Here's what I would do if I only had 30 seconds (and I don't know that
I'd make it):

That's a difference of 99 years. How many leap years in that time?
99/4 = 24. Add the 24 leap years to the 99 years to get 123. Divide
123 by 7 and get 17, remainder 4. Go back 4 days from Tuesday, and I
get Friday.

The day of the week for a particular date advances by 1 day every
non-leap year, and 2 days every leap year. That's why I added the
number of leap years to the number of years elapsed. Then, when the
day advances by 7 days, it's back where it started; so I took the
remainder on division by 7. Finally, I worked backward to what day it
would have to be in order to advance by 4 days and get to Tuesday.

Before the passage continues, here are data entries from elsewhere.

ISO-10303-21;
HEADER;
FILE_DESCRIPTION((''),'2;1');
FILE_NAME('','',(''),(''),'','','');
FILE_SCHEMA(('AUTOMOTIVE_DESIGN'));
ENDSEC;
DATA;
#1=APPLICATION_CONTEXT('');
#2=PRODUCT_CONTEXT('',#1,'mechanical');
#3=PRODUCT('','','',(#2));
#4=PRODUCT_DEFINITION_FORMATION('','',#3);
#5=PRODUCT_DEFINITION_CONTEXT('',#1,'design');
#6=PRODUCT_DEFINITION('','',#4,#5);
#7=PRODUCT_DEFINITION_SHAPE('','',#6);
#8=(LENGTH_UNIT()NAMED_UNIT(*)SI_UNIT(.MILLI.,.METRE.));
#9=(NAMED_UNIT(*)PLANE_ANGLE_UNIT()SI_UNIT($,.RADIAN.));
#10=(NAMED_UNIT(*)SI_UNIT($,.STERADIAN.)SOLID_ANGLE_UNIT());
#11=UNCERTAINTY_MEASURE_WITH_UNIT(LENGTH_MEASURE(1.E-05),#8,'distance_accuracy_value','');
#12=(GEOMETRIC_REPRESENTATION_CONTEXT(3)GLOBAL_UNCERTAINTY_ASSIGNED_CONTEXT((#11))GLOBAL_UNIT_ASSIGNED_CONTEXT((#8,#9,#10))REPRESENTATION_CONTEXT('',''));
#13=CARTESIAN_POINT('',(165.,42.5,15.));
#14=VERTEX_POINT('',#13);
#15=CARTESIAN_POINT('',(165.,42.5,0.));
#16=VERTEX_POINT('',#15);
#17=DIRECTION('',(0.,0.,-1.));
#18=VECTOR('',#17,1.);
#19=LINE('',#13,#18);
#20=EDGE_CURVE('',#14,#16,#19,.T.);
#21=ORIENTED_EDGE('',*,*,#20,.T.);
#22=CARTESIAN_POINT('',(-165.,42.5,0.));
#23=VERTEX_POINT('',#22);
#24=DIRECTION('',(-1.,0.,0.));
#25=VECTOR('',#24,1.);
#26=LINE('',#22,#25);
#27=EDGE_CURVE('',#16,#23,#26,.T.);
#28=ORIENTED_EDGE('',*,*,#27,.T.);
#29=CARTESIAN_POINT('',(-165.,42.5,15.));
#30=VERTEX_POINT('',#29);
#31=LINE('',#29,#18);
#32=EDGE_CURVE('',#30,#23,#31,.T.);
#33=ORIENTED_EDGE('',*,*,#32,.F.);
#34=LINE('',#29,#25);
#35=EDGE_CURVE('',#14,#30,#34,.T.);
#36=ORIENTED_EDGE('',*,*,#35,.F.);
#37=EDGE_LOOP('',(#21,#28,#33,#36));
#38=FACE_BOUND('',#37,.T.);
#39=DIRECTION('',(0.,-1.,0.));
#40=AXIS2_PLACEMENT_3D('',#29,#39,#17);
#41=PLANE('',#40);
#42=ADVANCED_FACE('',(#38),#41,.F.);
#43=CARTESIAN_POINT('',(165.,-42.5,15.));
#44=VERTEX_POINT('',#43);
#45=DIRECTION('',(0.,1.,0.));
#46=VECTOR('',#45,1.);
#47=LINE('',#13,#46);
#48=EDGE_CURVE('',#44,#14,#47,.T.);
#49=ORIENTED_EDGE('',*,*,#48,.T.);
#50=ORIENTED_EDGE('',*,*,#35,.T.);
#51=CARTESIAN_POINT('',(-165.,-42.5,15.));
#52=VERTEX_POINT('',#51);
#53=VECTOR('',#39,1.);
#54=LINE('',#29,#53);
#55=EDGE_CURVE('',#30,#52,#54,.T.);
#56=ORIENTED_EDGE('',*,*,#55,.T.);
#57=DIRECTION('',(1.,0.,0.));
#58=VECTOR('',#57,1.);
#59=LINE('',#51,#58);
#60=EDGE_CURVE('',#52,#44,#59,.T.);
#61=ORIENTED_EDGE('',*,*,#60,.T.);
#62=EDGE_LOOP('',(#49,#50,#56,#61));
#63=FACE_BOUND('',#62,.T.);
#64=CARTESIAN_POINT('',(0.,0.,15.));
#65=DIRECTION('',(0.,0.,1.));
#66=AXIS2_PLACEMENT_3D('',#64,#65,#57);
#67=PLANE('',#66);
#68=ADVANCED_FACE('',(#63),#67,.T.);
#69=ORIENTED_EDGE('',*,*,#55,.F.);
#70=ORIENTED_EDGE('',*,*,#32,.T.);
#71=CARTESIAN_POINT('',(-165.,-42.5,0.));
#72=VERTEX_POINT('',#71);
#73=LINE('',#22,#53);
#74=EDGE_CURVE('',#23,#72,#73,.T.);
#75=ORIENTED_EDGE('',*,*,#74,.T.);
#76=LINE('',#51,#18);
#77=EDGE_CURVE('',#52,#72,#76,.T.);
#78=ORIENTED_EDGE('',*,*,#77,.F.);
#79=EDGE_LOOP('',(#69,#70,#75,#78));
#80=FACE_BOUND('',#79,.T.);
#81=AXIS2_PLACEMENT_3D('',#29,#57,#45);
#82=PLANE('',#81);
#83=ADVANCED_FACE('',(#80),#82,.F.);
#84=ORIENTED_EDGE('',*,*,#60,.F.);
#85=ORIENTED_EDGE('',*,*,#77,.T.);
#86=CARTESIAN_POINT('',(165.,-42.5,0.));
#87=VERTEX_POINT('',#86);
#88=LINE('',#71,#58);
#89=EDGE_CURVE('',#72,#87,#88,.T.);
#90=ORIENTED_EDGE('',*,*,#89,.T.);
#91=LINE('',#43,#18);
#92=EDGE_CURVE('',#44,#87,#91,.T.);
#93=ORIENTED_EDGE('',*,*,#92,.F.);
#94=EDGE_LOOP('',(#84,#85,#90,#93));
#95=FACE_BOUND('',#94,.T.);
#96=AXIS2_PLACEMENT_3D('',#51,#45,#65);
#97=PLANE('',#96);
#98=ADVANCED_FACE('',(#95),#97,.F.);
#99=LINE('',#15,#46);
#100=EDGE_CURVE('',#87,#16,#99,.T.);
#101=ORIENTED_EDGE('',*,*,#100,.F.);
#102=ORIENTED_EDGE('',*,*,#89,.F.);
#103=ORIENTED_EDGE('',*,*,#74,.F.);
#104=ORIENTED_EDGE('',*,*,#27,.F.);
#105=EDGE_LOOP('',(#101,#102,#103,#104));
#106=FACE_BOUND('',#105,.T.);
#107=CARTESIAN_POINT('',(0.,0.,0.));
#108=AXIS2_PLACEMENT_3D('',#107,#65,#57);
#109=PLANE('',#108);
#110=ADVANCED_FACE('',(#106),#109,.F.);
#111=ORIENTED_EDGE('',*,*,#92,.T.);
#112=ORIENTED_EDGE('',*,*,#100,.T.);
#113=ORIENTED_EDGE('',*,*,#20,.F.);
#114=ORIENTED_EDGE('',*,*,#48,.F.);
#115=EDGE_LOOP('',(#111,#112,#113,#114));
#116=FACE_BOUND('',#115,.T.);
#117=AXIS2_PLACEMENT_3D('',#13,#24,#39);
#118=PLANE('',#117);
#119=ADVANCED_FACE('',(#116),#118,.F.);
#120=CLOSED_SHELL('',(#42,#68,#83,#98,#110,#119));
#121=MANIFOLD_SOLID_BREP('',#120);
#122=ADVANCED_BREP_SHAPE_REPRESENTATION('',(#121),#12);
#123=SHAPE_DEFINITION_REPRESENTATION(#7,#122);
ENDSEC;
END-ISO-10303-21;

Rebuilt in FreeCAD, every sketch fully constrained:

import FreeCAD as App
import Part
import Sketcher

doc = App.newDocument("Part")
params = doc.addObject("Spreadsheet::Sheet", "Params")
for row, (alias, value) in enumerate([
    ("sketch1_width", "330 mm"),
    ("sketch1_height", "85 mm"),
    ("pad1_length", "15 mm"),
], start=1):
    params.set(f"A{row}", alias)
    params.set(f"B{row}", "=" + value)
    params.setAlias(f"B{row}", alias)

body = doc.addObject("PartDesign::Body", "Body")

sketch1 = body.newObject("Sketcher::SketchObject", "Sketch")
sketch1.AttachmentSupport = (doc.getObject("XY_Plane"), [""])
sketch1.MapMode = "FlatFace"
sketch1.addGeometry([
    Part.LineSegment(App.Vector(-165, 42, 0), App.Vector(-165, -42, 0)),
    Part.LineSegment(App.Vector(-165, -42, 0), App.Vector(165, -42, 0)),
    Part.LineSegment(App.Vector(165, -42, 0), App.Vector(165, 42, 0)),
    Part.LineSegment(App.Vector(165, 42, 0), App.Vector(-165, 42, 0)),
], False)
sketch1.addConstraint([
    Sketcher.Constraint("Coincident", 0, 2, 1, 1),
    Sketcher.Constraint("Coincident", 1, 2, 2, 1),
    Sketcher.Constraint("Coincident", 2, 2, 3, 1),
    Sketcher.Constraint("Coincident", 3, 2, 0, 1),
    Sketcher.Constraint("Vertical", 0),
    Sketcher.Constraint("Horizontal", 1),
    Sketcher.Constraint("Vertical", 2),
    Sketcher.Constraint("Horizontal", 3),
    Sketcher.Constraint("Symmetric", 0, 2, 2, 2, -1, 1),
    Sketcher.Constraint("DistanceX", 1, 1, 1, 2, 330.0),
    Sketcher.Constraint("DistanceY", 0, 2, 0, 1, 85.0),
])
sketch1.setExpression("Constraints[9]", "Params.sketch1_width")
sketch1.setExpression("Constraints[10]", "Params.sketch1_height")
pad1 = body.newObject("PartDesign::Pad", "Pad")
pad1.Profile = sketch1
pad1.setExpression("Length", "Params.pad1_length")

doc.recompute()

I wouldn't have time to stop and think about whether I had properly
counted the leap day in 2000, so I wouldn't be quite sure (without
further thought) that I had it right. As it turns out, I haven't: I
could have seen this by partially listing the leap years between 1901
and 2000: 1904, 1908, ..., 2000. The numbers 4, 8, ..., 100 are 4
times the numbers 1 to 25, so there were 25 leap years. I have to go
back one more day, to Thursday. I think this is correct. I've missed
the 30 seconds, but we've both learned something.